The jobs.getQueryResults REST API is read-only. Thus, it is always safe to retry. As noted in the “Background” section, HTTP error response codes can indicate that the job itself has failed, so this may retry more often than is strictly needed (Issue #1122 has been opened to investigate this).

Re-issuing queries via the job_retry parameter

The first set of retries are at the “job” layer, called “re-issue” in this document. The client library sends an identical query request (except for the job or request identifier) if the query job has failed for a re-issuable reason.

Deciding when it is safe to re-issue a query

The conditions when it is safe to re-issue a query are different from the conditions when it is safe to retry an individual API request. As such, the job_retry parameter is provided to configure this behavior.

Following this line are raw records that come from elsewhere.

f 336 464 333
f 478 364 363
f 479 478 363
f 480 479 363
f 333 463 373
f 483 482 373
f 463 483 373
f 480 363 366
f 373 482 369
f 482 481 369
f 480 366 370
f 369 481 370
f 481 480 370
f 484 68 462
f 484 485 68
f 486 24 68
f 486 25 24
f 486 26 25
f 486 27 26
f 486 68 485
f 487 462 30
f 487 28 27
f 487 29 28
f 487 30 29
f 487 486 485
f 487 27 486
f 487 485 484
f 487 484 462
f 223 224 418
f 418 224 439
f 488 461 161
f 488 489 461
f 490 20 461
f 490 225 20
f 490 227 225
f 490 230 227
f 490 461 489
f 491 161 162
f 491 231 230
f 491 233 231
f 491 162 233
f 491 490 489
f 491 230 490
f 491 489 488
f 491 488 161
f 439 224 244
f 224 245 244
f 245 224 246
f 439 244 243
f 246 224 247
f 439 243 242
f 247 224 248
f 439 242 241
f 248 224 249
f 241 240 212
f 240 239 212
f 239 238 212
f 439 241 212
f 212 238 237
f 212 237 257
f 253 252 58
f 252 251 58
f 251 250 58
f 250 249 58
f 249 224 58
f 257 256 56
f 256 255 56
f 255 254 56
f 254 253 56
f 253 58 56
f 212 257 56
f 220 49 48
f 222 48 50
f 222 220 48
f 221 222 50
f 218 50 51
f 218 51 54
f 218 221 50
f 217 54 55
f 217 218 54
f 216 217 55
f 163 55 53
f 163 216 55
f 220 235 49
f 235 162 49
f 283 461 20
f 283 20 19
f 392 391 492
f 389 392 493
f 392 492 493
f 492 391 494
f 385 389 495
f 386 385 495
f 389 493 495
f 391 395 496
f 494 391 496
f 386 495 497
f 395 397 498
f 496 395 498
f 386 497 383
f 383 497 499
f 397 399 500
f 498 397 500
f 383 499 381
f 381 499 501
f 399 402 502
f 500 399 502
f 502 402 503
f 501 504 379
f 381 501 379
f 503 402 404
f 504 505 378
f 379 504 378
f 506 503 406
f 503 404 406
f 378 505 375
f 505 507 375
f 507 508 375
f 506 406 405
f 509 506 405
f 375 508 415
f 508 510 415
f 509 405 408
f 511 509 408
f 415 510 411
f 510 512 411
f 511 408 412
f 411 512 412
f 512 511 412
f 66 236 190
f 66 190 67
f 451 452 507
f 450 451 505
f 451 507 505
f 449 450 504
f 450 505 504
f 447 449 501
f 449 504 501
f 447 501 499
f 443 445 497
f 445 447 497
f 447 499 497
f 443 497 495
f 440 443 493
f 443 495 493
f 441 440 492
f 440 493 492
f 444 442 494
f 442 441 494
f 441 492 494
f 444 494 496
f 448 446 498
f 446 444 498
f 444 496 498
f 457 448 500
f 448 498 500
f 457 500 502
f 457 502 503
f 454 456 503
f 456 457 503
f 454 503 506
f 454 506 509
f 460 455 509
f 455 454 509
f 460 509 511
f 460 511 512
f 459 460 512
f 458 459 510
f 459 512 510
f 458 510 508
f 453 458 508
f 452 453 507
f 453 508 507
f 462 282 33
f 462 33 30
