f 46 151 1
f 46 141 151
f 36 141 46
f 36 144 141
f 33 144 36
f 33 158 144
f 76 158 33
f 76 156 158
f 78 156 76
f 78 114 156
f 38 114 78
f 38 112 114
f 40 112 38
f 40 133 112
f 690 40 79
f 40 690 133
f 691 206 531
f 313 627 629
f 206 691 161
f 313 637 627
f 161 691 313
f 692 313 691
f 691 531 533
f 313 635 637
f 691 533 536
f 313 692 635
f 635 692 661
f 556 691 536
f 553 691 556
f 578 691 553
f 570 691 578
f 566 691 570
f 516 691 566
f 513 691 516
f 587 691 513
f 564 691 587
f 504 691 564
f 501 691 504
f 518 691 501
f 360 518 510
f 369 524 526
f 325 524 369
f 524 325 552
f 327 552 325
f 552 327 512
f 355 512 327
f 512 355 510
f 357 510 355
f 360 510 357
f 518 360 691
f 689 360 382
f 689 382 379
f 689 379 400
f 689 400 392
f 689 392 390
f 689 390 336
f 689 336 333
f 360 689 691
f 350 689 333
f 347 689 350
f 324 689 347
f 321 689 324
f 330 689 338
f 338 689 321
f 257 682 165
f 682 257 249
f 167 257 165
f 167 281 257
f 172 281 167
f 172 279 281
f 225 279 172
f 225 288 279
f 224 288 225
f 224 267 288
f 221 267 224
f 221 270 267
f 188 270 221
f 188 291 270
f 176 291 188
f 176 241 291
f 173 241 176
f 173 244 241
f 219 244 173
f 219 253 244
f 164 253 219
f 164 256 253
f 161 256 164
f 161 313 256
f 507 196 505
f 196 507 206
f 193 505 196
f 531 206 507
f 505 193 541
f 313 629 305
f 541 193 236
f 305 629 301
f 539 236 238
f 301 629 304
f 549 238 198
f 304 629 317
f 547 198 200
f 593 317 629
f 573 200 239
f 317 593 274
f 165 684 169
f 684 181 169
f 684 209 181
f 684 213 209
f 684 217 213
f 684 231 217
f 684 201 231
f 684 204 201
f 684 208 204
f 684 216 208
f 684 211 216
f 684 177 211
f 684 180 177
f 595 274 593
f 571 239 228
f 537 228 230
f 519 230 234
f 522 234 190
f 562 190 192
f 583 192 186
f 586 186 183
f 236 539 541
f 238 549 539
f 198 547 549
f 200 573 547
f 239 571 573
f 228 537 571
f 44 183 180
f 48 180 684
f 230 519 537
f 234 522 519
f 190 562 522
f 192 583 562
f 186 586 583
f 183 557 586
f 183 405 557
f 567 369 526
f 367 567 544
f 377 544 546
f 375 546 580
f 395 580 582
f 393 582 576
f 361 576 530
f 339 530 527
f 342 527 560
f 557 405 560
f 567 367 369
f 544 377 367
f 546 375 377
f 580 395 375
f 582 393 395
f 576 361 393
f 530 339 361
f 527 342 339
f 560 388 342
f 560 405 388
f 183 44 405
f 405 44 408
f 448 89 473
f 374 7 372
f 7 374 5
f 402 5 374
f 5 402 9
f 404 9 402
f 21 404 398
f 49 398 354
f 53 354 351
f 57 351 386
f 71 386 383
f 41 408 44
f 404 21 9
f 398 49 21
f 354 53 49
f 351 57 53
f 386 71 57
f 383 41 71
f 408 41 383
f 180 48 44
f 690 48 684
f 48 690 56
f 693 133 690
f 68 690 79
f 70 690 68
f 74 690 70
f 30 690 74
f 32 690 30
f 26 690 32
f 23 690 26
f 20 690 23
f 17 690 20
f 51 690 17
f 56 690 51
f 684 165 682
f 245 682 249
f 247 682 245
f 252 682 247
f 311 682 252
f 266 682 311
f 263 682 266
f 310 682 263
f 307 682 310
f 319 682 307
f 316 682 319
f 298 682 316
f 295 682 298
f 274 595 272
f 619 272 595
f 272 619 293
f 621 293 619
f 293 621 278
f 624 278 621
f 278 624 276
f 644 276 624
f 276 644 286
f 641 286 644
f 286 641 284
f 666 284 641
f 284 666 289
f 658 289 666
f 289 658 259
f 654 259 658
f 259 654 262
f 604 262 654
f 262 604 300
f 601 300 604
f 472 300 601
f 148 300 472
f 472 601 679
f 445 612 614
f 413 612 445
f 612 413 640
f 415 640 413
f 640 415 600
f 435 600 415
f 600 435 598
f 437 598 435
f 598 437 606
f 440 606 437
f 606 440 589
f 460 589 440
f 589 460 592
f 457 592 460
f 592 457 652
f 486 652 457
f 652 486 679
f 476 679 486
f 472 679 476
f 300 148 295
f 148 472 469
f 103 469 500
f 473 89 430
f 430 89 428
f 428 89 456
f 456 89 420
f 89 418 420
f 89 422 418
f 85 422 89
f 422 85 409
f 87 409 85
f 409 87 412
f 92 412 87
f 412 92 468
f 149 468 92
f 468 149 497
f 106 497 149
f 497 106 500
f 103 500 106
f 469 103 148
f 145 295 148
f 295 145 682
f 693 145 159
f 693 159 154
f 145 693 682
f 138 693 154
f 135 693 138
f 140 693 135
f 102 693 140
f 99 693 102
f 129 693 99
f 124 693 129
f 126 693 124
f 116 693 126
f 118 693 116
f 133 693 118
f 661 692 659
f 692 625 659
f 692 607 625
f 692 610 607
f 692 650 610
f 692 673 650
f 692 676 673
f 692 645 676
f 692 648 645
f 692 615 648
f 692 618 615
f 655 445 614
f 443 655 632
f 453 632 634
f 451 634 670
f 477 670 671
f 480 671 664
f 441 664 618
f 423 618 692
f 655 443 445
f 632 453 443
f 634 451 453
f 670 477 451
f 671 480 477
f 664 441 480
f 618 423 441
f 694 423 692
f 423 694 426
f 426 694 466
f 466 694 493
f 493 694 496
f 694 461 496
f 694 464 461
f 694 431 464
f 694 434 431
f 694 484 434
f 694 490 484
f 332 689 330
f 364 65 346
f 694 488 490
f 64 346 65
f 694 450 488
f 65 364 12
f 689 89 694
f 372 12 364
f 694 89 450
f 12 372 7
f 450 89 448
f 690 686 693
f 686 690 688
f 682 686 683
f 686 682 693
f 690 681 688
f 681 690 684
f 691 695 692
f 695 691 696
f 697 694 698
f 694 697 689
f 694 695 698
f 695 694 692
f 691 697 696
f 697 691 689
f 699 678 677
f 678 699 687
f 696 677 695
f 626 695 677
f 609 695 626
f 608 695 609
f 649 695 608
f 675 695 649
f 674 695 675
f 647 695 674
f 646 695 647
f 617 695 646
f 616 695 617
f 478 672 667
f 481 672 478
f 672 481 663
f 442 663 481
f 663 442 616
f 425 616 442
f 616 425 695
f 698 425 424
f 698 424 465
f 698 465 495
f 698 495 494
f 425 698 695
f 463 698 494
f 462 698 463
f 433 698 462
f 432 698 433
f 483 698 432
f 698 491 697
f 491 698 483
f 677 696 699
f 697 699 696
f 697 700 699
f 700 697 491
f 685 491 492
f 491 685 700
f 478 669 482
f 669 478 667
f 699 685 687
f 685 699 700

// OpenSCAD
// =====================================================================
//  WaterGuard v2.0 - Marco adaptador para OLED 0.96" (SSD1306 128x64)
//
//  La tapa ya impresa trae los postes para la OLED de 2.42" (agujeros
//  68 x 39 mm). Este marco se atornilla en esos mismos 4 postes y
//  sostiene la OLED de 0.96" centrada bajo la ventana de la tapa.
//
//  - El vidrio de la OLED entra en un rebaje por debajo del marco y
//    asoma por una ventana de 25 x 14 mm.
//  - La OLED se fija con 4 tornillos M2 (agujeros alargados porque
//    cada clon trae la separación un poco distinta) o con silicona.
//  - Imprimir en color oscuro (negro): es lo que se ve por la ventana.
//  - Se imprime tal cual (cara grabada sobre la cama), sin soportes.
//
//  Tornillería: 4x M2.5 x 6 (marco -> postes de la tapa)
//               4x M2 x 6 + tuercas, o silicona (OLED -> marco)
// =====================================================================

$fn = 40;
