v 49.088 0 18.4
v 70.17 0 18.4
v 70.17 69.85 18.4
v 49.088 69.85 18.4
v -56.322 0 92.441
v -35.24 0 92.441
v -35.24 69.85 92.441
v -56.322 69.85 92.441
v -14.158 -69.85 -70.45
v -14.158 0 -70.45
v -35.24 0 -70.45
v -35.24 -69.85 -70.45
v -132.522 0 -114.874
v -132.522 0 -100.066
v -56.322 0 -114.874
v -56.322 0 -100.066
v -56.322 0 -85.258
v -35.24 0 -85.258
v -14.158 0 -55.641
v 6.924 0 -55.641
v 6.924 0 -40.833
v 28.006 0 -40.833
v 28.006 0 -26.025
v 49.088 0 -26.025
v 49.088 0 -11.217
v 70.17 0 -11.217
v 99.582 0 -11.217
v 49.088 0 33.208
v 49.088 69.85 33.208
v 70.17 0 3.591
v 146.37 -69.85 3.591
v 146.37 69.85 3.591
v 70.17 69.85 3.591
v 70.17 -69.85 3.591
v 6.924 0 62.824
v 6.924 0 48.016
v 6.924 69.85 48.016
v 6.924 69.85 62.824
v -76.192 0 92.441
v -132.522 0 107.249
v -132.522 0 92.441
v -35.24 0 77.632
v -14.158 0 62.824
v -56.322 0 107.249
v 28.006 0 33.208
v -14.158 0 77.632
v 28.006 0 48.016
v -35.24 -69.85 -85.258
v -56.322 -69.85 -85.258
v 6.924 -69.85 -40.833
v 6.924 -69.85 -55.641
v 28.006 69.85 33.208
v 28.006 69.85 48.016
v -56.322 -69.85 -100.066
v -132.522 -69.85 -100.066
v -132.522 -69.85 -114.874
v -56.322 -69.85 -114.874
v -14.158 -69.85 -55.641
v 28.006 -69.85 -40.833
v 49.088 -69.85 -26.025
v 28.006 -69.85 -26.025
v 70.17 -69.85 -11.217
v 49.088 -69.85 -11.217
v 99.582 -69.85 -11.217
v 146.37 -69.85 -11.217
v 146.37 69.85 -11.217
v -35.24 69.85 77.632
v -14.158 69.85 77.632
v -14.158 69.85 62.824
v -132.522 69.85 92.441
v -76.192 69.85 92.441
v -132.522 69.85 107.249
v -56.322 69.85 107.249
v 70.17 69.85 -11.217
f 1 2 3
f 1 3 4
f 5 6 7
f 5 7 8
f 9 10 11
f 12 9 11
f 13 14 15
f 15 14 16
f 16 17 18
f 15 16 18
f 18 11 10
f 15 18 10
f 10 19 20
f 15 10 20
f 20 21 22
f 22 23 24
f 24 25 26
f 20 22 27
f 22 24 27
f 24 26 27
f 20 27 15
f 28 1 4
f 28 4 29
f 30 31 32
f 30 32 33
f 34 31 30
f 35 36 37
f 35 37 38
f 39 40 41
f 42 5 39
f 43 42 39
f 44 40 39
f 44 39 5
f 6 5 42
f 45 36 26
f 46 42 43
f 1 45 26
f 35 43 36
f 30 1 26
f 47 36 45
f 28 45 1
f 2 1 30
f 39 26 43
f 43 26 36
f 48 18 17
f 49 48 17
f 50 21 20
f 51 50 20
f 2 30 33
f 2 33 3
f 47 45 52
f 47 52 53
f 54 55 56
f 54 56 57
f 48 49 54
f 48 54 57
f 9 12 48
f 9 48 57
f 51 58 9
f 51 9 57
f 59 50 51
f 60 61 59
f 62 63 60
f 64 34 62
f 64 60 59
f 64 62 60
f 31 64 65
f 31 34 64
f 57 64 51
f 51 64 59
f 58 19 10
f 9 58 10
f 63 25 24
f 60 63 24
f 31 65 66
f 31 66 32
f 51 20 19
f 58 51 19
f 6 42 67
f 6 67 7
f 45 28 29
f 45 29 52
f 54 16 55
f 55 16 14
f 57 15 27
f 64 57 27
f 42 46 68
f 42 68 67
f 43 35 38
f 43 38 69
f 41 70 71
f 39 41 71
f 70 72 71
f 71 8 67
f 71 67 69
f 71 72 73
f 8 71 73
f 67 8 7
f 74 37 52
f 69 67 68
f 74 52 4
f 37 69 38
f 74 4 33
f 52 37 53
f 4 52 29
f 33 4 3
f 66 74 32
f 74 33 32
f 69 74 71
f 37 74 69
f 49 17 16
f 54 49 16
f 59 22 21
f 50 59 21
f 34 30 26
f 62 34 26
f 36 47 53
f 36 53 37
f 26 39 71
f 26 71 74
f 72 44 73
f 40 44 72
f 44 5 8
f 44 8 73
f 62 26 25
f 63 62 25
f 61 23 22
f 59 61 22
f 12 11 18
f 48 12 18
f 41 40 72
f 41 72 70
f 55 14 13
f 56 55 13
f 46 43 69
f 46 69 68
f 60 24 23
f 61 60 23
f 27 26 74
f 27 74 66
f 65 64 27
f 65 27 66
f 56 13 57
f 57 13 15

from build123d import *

# Parameters (mm, degrees)
F1_DEPTH = 69.85
F2_DEPTH = 69.85


with BuildPart() as f1:
    # F0 (on Front) → F1 (new body)
    with BuildSketch(Plane.XZ):
        Polygon((-132.521941, -100.065994), (-132.521941, -114.874194), (-56.321941, -114.874194), (99.58236, -11.216794), (70.170059, -11.216794), (49.088059, -11.216794), (49.088059, -26.024994), (28.006059, -26.024994), (28.006059, -40.833194), (6.924059, -40.833194), (6.924059, -55.641394), (-14.157941, -55.641394), (-14.157941, -70.449594), (-35.239941, -70.449594), (-35.239941, -85.257794), (-56.321941, -85.257794), (-56.321941, -100.065994), align=None)
        Polygon((70.170059, -11.216794), (99.58236, -11.216794), (146.370059, -11.216794), (146.370059, 3.591406), (70.170059, 3.591406), align=None)
    extrude(amount=F1_DEPTH)

    # F0 (on Front) → F2 (join)
    with BuildSketch(Plane.XZ):
        Polygon((-76.192113, 92.440606), (70.170059, -11.216794), (70.170059, 3.591406), (70.170059, 18.399606), (49.088059, 18.399606), (49.088059, 33.207806), (28.006059, 33.207806), (28.006059, 48.016006), (6.924059, 48.016006), (6.924059, 62.824206), (-14.157941, 62.824206), (-14.157941, 77.632406), (-35.239941, 77.632406), (-35.239941, 92.440606), (-56.321941, 92.440606), (-56.321941, 107.248806), (-132.521941, 107.248806), (-132.521941, 92.440606), align=None)
        Polygon((70.170059, -11.216794), (99.58236, -11.216794), (146.370059, -11.216794), (146.370059, 3.591406), (70.170059, 3.591406), align=None)
    extrude(amount=-F2_DEPTH)


solid = f1.part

The job_retry parameter is only used if (1) a query job fails and (2) a job ID is not provided by the developer. This is because it must generate a new job ID (or request ID, depending on the method used to create the query job) to avoid getting the same failed job.

The job_retry parameter logic only happens after the client makes a request to the jobs.getQueryRequest REST API, which fails. The client examines the exception to determine if this failure was caused by a failed job and that the failure reason (e.g. “backendError” or “rateLimitExceeded”) indicates that re-issuing the query may help.

If it is determined that the query job can be re-issued safely, the original logic to issue the query is executed. If the jobs.insert REST API was originally used, a new job ID is generated. Otherwise, if the jobs.query REST API was originally used, a new request ID is generated. All other parts of the request body remain identical to the original request body for the failed query job, and the process repeats until job_retry is exhausted.